With the rapidly expanding content in CTD, it has become necessary to make webpage viewing and scrolling more organized and productive. To aid in such visualization, we condensed Inference Network and other aggregate columns on CTD webpages to display only the number of aggregated data-types and include an expand/collapse button (+/–) that users can toggle to see the data used to make the inference or other association. For example, the CTD webpage listing phenotypes inferred to myocardial infarction (https://bit.ly/CTDMIphenotypes) is now presented in a more condensed version. With both the Chemical Inference Network and Gene Inference Network columns collapsed, the overall content can be more readily surveyed, assessed, and scrolled through. The inference networks are viewable by simply clicking the expand/collapse buttons found next to the summary text. Similar collapsed Inference Networks are also found for the relevant data-tabs on all Gene, Chemical, Phenotype, and Disease webpages in CTD, streamlining the overall look and feel to these pages.

FUTURE DIRECTIONS

CTD’s foremost objective is to facilitate understanding of the complex connections between environmental exposures and human health. To this end, we will continue curating the scientific literature to increase data content, improve data completeness, and maintain data currency. This ensures CTD is relevant, comprehensive, and up-to-date: critical requirements for a knowledgebase and informative discoverybase. We also plan on exploring ways to provide additional functionality to the CTD Tetramers tool, such as allowing users to start the query with a chemical-of-interest (in addition to the existing phenotype- and or disease-based functionality) to generate tetramers for that compound.

SUMMARY

  1. CTD manually curated content increased by 20% and, when integrated with other data-types, now includes 50 million toxicogenomic relationships.

  2. CTD tetramers is a new analytical tool that computationally generates CGPD-tetramers on-demand for any phenotype or environmental disease, facilitating the construction of potential molecular mechanistic and adverse outcome pathways.

  3. New integration links between the CTD exposure and CTD anatomy modules allow users to seamlessly navigate to exposure chemical profiles for different anatomical terms and help tie mechanistic toxicology to the exposome concept.

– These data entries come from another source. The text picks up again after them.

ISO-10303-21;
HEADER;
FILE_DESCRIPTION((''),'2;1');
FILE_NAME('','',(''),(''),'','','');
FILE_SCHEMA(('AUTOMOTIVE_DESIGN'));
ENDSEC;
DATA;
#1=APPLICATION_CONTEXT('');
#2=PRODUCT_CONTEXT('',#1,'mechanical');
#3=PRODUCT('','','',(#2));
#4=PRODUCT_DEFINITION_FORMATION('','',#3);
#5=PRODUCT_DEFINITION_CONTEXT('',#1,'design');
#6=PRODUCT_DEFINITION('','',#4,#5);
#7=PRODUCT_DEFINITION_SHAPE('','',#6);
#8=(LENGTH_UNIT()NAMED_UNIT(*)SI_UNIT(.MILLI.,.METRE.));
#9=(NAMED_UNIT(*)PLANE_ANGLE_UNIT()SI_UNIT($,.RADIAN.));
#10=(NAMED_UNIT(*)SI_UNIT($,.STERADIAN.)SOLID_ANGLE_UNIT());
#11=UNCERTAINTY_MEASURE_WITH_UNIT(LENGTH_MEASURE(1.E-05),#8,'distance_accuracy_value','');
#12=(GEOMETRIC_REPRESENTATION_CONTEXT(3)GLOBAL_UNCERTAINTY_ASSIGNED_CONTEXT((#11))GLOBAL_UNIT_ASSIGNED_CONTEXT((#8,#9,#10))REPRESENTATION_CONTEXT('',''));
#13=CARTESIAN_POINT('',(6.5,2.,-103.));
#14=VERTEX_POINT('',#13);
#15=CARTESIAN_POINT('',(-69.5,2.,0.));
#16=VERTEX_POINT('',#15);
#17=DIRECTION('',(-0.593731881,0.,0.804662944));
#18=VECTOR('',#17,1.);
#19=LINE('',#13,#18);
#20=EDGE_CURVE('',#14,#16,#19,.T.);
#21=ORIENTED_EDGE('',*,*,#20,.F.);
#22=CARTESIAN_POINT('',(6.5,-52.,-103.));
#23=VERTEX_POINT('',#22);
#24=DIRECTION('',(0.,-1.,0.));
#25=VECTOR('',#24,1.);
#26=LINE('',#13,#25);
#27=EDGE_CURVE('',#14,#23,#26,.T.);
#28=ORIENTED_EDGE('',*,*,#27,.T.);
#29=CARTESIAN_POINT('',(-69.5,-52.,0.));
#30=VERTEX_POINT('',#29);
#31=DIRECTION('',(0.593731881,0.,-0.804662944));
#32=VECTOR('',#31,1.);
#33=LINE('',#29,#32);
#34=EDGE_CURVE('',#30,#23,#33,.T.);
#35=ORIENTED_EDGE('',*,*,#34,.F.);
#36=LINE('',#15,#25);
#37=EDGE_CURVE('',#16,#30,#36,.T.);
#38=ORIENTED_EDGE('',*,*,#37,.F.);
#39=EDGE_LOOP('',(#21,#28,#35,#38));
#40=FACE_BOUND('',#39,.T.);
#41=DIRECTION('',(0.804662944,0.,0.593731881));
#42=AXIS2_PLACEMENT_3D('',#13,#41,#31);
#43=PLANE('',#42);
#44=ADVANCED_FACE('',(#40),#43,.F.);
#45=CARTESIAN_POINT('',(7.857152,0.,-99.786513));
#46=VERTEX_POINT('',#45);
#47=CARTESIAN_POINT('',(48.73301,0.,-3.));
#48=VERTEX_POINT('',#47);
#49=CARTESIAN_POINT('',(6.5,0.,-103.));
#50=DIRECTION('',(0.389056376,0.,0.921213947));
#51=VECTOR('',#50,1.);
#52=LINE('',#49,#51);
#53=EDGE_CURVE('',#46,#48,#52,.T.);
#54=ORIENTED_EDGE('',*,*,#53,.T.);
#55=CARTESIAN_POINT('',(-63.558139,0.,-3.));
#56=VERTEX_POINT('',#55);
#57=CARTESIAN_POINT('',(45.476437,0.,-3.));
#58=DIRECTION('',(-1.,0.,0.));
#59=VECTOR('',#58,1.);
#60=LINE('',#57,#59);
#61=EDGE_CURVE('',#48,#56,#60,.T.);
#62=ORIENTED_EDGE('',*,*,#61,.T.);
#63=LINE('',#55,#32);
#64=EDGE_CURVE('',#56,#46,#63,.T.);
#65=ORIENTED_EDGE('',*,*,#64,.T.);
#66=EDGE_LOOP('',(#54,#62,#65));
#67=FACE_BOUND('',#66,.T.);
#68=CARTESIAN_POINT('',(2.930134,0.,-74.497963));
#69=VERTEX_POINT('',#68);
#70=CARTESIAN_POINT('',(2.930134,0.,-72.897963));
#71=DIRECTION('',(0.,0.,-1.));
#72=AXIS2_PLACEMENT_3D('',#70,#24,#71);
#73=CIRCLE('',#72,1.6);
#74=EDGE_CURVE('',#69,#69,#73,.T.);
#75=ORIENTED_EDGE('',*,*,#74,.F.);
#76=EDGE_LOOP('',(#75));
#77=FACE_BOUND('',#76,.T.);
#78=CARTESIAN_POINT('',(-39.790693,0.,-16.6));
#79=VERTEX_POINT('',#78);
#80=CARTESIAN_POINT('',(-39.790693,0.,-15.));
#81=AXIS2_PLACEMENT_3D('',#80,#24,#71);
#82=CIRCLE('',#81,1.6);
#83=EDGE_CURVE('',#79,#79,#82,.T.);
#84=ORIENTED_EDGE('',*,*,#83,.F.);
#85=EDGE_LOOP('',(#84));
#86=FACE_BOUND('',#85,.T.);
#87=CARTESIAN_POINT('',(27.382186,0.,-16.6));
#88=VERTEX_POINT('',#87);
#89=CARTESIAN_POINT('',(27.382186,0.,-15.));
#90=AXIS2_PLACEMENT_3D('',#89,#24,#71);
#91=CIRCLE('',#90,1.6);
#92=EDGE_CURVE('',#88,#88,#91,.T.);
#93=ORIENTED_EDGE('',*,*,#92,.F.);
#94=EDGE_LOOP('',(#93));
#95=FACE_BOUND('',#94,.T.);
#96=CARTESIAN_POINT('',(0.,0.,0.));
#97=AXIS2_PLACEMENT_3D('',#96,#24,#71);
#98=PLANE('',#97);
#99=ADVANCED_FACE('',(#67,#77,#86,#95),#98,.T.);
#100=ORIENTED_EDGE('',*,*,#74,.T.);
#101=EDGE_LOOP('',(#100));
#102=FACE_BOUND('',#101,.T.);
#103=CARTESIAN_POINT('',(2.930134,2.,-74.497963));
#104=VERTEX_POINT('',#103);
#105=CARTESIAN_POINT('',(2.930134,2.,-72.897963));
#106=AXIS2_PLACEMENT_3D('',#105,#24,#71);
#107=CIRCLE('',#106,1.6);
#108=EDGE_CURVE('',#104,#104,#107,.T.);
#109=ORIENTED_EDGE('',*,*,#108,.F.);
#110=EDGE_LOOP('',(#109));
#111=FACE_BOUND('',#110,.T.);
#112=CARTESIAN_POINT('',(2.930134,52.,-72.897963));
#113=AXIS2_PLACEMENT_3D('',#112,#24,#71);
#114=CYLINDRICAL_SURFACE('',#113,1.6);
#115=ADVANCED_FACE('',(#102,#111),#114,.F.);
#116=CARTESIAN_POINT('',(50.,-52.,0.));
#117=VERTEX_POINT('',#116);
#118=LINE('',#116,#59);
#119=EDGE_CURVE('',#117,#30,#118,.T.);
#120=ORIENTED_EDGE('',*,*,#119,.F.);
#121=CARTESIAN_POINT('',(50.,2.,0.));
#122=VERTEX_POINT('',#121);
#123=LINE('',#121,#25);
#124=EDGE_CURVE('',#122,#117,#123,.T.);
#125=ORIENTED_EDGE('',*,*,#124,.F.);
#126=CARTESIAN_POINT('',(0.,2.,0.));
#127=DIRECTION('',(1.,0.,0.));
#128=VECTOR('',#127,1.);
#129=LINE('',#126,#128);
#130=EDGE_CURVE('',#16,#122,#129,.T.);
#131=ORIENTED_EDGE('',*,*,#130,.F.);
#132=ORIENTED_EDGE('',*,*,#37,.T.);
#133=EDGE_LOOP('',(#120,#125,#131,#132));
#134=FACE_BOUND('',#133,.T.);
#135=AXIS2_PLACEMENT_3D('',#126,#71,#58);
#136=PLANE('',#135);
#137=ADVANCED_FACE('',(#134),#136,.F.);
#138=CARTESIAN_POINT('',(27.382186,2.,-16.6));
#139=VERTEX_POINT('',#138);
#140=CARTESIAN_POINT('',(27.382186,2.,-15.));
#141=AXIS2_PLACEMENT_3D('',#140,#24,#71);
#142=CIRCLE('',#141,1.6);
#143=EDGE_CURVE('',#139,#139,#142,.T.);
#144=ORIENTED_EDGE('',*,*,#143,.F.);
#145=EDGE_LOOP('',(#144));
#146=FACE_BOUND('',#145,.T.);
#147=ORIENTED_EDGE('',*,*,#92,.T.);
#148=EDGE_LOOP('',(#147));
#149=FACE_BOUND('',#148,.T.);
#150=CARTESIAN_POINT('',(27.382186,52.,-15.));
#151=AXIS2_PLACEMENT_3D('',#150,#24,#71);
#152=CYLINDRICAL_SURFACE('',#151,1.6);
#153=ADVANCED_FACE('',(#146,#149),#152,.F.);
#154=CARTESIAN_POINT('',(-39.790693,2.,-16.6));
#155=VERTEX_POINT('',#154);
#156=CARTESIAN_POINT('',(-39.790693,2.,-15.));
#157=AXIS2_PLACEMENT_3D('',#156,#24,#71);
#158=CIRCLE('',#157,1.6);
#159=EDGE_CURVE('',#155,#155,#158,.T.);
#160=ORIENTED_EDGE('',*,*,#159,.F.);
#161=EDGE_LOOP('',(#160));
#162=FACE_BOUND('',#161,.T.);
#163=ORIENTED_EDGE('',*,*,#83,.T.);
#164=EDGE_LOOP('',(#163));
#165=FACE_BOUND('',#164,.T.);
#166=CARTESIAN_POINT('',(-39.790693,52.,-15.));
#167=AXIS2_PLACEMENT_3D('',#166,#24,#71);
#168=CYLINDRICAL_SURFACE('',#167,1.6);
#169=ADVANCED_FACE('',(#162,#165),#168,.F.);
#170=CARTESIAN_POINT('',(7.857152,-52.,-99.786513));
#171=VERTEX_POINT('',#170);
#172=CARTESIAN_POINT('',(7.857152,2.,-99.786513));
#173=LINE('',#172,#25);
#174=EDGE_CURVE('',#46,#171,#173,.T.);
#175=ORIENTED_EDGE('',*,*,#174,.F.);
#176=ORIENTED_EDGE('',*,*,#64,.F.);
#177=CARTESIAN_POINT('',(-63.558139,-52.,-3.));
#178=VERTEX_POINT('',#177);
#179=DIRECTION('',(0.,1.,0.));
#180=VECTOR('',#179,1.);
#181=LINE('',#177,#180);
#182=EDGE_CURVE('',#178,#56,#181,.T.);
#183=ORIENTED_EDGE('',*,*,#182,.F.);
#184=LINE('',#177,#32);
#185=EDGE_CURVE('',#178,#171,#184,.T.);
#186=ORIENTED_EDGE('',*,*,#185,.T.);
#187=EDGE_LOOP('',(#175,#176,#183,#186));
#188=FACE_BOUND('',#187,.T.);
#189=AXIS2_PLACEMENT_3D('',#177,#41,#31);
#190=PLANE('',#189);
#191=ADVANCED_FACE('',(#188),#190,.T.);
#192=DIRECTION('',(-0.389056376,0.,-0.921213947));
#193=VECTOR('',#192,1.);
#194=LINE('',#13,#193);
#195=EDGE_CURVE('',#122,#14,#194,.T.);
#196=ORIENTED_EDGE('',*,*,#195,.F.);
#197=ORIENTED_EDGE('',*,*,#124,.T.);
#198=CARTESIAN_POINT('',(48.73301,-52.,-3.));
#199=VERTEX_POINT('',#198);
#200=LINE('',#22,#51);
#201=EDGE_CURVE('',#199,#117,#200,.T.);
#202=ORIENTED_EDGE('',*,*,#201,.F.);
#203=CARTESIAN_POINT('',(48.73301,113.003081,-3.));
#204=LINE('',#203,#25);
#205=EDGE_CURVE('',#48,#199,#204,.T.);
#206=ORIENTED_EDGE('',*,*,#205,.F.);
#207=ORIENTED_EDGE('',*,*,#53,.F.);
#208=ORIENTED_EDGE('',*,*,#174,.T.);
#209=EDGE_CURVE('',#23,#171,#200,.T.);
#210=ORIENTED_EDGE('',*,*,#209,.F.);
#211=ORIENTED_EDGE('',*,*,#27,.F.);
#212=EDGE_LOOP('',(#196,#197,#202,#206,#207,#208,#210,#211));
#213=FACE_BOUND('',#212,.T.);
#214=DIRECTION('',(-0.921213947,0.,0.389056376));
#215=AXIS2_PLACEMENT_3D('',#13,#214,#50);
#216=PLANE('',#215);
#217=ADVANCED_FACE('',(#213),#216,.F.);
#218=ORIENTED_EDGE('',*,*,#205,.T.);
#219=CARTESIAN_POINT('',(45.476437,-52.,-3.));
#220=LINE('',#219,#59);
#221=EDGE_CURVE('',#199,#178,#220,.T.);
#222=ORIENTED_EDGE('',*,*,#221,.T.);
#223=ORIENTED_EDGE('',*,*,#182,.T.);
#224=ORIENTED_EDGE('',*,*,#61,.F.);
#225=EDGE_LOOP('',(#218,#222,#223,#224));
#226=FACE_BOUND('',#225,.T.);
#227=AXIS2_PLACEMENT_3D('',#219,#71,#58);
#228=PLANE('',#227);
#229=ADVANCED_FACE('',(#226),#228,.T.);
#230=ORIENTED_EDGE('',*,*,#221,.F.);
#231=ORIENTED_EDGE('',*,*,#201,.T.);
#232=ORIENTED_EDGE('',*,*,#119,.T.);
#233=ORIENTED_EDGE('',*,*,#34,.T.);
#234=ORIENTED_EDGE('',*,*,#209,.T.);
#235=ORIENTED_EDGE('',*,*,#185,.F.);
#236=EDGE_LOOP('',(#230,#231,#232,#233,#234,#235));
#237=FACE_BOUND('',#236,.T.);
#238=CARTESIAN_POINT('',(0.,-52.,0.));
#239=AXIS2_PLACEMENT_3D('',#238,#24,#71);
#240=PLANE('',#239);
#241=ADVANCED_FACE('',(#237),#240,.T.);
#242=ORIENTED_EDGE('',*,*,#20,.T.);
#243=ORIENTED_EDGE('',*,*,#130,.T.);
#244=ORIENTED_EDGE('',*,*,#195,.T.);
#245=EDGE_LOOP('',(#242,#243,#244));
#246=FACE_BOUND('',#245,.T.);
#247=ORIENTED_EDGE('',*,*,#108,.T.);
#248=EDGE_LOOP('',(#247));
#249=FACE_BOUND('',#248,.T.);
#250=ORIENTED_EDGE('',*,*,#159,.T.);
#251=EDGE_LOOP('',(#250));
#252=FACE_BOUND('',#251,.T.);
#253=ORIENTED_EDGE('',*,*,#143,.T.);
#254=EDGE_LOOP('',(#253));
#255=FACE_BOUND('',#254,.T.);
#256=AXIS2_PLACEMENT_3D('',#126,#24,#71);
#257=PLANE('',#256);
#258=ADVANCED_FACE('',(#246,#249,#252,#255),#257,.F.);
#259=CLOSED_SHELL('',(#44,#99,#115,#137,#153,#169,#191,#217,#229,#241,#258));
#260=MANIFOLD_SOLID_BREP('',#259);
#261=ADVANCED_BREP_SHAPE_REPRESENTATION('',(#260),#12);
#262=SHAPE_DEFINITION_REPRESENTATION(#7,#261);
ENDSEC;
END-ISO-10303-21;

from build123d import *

# Parameters (mm, degrees)
BOSS_EXTRUDE1_DEPTH = 2
BOSS_EXTRUDE2_DEPTH = 52
SKETCH4_R           = 1.6
CUT_EXTRUDE3_DEPTH  = 52
CUT_EXTRUDE4_DEPTH  = 52


with BuildPart() as part:
    # Sketch1 → Boss-Extrude1 (new body)
    with BuildSketch(Plane(origin=(0, 0, 0), x_dir=(1, 0, 0), z_dir=(0, 1, 0))):
        Polygon((0, 0), (-69.5, 0), (6.5, 103), (50, 0), (40, 0), align=None)
    extrude(amount=BOSS_EXTRUDE1_DEPTH)

    # Sketch2 → Boss-Extrude2 (add)
    with BuildSketch(Plane.XZ):
        Polygon((50, 0), (-69.5, 0), (6.5, -103), align=None)
        Polygon((5.786026753, -96.979592592), (45.476437216, -3), (-63.558138655, -3), align=None, mode=Mode.SUBTRACT)
    extrude(amount=BOSS_EXTRUDE2_DEPTH)

    # Sketch4 → Cut-Extrude3 (cut)
    with BuildSketch(Plane.XZ):
        with Locations((-39.790693273, -15)):
            Circle(SKETCH4_R)
        with Locations((27.382186082, -15)):
            Circle(SKETCH4_R)
        with Locations((2.930133764, -72.897962959)):
            Circle(SKETCH4_R)
    extrude(amount=-CUT_EXTRUDE3_DEPTH, mode=Mode.SUBTRACT)

    # Sketch6 → Cut-Extrude4 (cut)
    with BuildSketch(Plane.XZ.offset(52)):
        Polygon((5.786026753, -96.979592592), (13.566318251, -107.523935016), (48.733009709, -3), (45.476437216, -3), align=None)
    extrude(amount=-CUT_EXTRUDE4_DEPTH, mode=Mode.SUBTRACT)


solid = part.part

  4. CTD webpages are streamlined with collapsible information, enhancing overall page visualization and content assessment.

DATA AVAILABILITY

CTD content is available from http://ctdbase.org/ and files can be downloaded from http://ctdbase.org/downloads/. To cite CTD data, please see: http://ctdbase.org/about/publications/#citing. If you are interested in establishing links to CTD data, please notify us (http://ctdbase.org/help/contact.go) and follow the instructions (http://ctdbase.org/help/linking.jsp). External resources using CTD content are collected and highlighted (http://ctdbase.org/about/publications/#use).

Contributor Information

Allan Peter Davis, Department of Biological Sciences, North Carolina State University, Raleigh, NC 27695, USA.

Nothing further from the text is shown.